How to Enable Compression on Shopify – Google PageSpeed Insights Fix

2018-12-07T21:01:11+00:00April 3rd, 2018|Performance Optimization|0 Comments

This article references the “enable compression” warning in PageSpeed Insights. If you’re looking for Image Compression, click here for the details on how to compress your images in Shopify.

There are 2 ways to make your files smaller: minifying and compressing them.

Minifying scripts and stylesheets removes all the excess spacing and code comments in the actual files to max compact the code and file size.

Compressing files makes them lighter to transfer from your server.

What is compression?

Compression is a technique that allows the web server and browser to agree on a common compression format (gzip) and transfer much lighter files.

Google says gzip compression can reduce the size of the transferred response by up to 90%. Whoa!

How to enable compression

It’s handled on the server, but you don’t need to know the technical details.

If you’re on a Shopify site, your files are likely already compressed.

If you have Shopify and are getting this warning from PageSpeed Insights, it’s likely a file from a 3rd party app.

In this case, you can email the app support and ask if they can compress their files.

Here’s a quick template you can copy/paste:


I checked my Google PageSpeed Insights and it looks like there’s an uncompressed file being served from your app.

Any chance you can compress that?


How to find which app is serving the uncompressed file(s)

If you came here after checking your Google PageSpeed Insights, You’re probably seeing something like this:

page speed insights example of uncompressed files

Go to your PageSpeed results and hover over the filename and it will show the full path.

If you don’t recognize the file name, you can try these methods to figure out which app is serving it up:

  1. Try going to the root domain. In the 2 examples above the domains are and
  2. If that doesn’t work, try copying the file path and searching “what is [paste file path here]“.

In that screenshot, I recognize the domain “” as a match with an app of the same name. So I can just go to the app in Shopify and contact them from there.
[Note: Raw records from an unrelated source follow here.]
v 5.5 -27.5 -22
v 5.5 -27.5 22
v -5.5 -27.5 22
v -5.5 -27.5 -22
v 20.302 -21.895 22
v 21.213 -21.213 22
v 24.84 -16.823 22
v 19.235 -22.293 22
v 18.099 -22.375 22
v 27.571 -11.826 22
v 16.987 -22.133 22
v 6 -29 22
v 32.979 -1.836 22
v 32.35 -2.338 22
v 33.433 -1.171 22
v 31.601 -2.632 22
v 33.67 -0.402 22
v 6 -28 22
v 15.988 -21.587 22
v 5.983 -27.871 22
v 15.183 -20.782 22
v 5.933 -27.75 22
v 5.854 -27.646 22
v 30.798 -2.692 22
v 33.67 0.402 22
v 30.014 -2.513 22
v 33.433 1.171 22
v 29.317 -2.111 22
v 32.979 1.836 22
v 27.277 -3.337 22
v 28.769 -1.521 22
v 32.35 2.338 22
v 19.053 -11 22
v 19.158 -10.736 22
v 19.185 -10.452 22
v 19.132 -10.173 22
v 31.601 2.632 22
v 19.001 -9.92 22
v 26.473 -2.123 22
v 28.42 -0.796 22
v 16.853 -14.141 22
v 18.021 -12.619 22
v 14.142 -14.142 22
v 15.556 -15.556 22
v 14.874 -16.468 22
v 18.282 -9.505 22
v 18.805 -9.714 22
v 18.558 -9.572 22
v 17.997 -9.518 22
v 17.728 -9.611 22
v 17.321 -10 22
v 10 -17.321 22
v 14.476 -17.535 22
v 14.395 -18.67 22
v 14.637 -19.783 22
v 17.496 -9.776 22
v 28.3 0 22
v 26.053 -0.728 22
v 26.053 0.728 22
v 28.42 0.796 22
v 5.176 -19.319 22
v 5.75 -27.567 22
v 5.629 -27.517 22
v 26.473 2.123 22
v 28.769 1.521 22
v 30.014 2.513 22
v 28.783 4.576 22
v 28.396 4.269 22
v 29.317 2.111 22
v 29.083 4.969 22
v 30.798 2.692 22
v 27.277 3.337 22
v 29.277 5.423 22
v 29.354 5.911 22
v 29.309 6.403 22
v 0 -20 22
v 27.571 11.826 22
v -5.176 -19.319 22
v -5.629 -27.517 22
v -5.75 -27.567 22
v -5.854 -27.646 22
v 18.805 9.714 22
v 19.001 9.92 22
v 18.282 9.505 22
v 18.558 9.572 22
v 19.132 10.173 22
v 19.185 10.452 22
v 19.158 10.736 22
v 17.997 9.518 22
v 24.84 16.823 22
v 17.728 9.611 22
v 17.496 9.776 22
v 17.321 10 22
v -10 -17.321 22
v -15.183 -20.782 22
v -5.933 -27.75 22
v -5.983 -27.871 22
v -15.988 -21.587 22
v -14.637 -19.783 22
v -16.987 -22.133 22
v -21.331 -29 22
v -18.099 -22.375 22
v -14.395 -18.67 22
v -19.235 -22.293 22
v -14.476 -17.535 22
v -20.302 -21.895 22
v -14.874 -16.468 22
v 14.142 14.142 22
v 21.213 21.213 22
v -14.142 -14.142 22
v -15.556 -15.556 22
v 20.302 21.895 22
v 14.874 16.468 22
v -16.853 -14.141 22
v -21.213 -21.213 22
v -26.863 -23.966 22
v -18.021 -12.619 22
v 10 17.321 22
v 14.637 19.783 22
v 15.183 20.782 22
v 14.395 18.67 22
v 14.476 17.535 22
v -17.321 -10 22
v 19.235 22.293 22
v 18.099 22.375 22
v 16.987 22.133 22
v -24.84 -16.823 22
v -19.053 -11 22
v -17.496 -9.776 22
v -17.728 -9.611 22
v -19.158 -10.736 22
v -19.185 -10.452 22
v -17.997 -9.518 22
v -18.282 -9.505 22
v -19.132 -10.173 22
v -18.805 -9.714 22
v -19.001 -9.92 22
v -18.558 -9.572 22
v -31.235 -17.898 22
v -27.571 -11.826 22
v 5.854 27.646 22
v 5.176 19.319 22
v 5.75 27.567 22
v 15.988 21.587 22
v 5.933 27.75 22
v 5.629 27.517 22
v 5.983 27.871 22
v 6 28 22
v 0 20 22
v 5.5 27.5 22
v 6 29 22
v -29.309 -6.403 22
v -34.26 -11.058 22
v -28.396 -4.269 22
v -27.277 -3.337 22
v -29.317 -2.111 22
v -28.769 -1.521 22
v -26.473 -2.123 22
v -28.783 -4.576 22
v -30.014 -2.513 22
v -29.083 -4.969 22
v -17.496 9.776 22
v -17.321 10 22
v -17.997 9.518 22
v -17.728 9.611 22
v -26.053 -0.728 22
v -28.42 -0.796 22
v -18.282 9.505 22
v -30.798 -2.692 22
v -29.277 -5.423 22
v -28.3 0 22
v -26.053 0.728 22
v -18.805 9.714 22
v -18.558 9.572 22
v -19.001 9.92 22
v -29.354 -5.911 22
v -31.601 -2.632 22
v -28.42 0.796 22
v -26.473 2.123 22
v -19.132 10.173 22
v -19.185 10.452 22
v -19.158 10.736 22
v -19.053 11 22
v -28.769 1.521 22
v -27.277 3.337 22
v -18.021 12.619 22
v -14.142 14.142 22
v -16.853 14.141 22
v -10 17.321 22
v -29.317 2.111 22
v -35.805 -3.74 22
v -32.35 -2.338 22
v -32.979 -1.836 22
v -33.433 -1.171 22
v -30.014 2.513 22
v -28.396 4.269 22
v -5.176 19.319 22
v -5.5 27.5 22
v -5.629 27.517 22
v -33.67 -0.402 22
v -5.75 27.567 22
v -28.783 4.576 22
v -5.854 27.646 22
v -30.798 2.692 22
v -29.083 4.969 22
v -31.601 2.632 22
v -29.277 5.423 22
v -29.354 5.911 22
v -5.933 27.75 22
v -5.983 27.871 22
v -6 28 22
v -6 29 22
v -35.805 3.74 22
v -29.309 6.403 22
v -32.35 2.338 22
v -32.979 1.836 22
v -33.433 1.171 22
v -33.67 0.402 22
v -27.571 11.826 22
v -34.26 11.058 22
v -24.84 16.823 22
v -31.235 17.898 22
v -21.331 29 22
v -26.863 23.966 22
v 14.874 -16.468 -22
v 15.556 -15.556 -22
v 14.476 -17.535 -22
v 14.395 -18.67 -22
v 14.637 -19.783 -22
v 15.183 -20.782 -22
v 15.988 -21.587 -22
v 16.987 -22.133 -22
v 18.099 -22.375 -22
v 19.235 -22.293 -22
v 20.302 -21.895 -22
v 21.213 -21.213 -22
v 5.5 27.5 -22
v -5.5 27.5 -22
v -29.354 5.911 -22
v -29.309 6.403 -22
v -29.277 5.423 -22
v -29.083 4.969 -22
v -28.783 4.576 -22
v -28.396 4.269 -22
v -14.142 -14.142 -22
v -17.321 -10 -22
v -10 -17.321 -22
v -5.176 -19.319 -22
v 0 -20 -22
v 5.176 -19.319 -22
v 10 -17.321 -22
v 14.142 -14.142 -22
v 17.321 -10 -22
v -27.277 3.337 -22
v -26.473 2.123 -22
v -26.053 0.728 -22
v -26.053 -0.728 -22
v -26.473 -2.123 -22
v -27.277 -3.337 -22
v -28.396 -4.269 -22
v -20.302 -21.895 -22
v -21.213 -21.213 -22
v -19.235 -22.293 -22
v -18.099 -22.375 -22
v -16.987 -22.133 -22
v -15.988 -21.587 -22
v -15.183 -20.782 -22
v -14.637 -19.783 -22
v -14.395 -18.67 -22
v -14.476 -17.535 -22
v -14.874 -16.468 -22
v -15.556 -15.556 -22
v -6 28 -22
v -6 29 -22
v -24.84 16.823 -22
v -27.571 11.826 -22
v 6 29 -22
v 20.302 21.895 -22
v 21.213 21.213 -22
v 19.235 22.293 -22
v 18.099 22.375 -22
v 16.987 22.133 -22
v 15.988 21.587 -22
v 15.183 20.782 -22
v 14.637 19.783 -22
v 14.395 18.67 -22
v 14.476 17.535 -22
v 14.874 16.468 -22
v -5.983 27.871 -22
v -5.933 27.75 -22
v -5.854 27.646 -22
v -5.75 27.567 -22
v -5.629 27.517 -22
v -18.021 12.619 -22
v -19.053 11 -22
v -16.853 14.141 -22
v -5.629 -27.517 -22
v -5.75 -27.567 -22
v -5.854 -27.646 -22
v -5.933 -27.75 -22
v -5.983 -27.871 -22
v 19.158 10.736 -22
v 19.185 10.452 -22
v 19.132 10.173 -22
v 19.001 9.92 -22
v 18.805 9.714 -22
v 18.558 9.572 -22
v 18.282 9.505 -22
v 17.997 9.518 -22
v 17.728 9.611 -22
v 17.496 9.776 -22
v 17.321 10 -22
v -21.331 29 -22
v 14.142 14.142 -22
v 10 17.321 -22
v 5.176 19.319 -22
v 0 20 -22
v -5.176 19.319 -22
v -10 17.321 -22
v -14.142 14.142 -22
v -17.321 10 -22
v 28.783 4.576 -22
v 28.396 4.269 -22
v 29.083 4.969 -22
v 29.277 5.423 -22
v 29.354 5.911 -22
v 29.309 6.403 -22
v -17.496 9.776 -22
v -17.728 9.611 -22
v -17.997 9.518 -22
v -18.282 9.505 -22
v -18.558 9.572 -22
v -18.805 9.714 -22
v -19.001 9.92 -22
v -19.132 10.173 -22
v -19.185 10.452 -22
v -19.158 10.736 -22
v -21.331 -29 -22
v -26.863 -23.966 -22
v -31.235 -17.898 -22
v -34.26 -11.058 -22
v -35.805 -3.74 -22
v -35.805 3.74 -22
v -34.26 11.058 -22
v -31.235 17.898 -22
The second file I don’t recognize, but I can go to and see that it’s an app.

Success rate

It’s considered best practices to compress resources, but sometimes an app developer may have a reason for not compressing. If the file is under 10kb, it’s probably not worth the effort.

On the other hand, if you’re dealing with something like this:

You can save significant page weight and load speed by getting the files compressed. *This is a screenshot from GTmetrix, referring to a slider plugin (sliders can be heavy).

More Speed Tips

Here are 3 DIY tips to make your Shopify site faster.

You can also check out more Performance Optimization posts here.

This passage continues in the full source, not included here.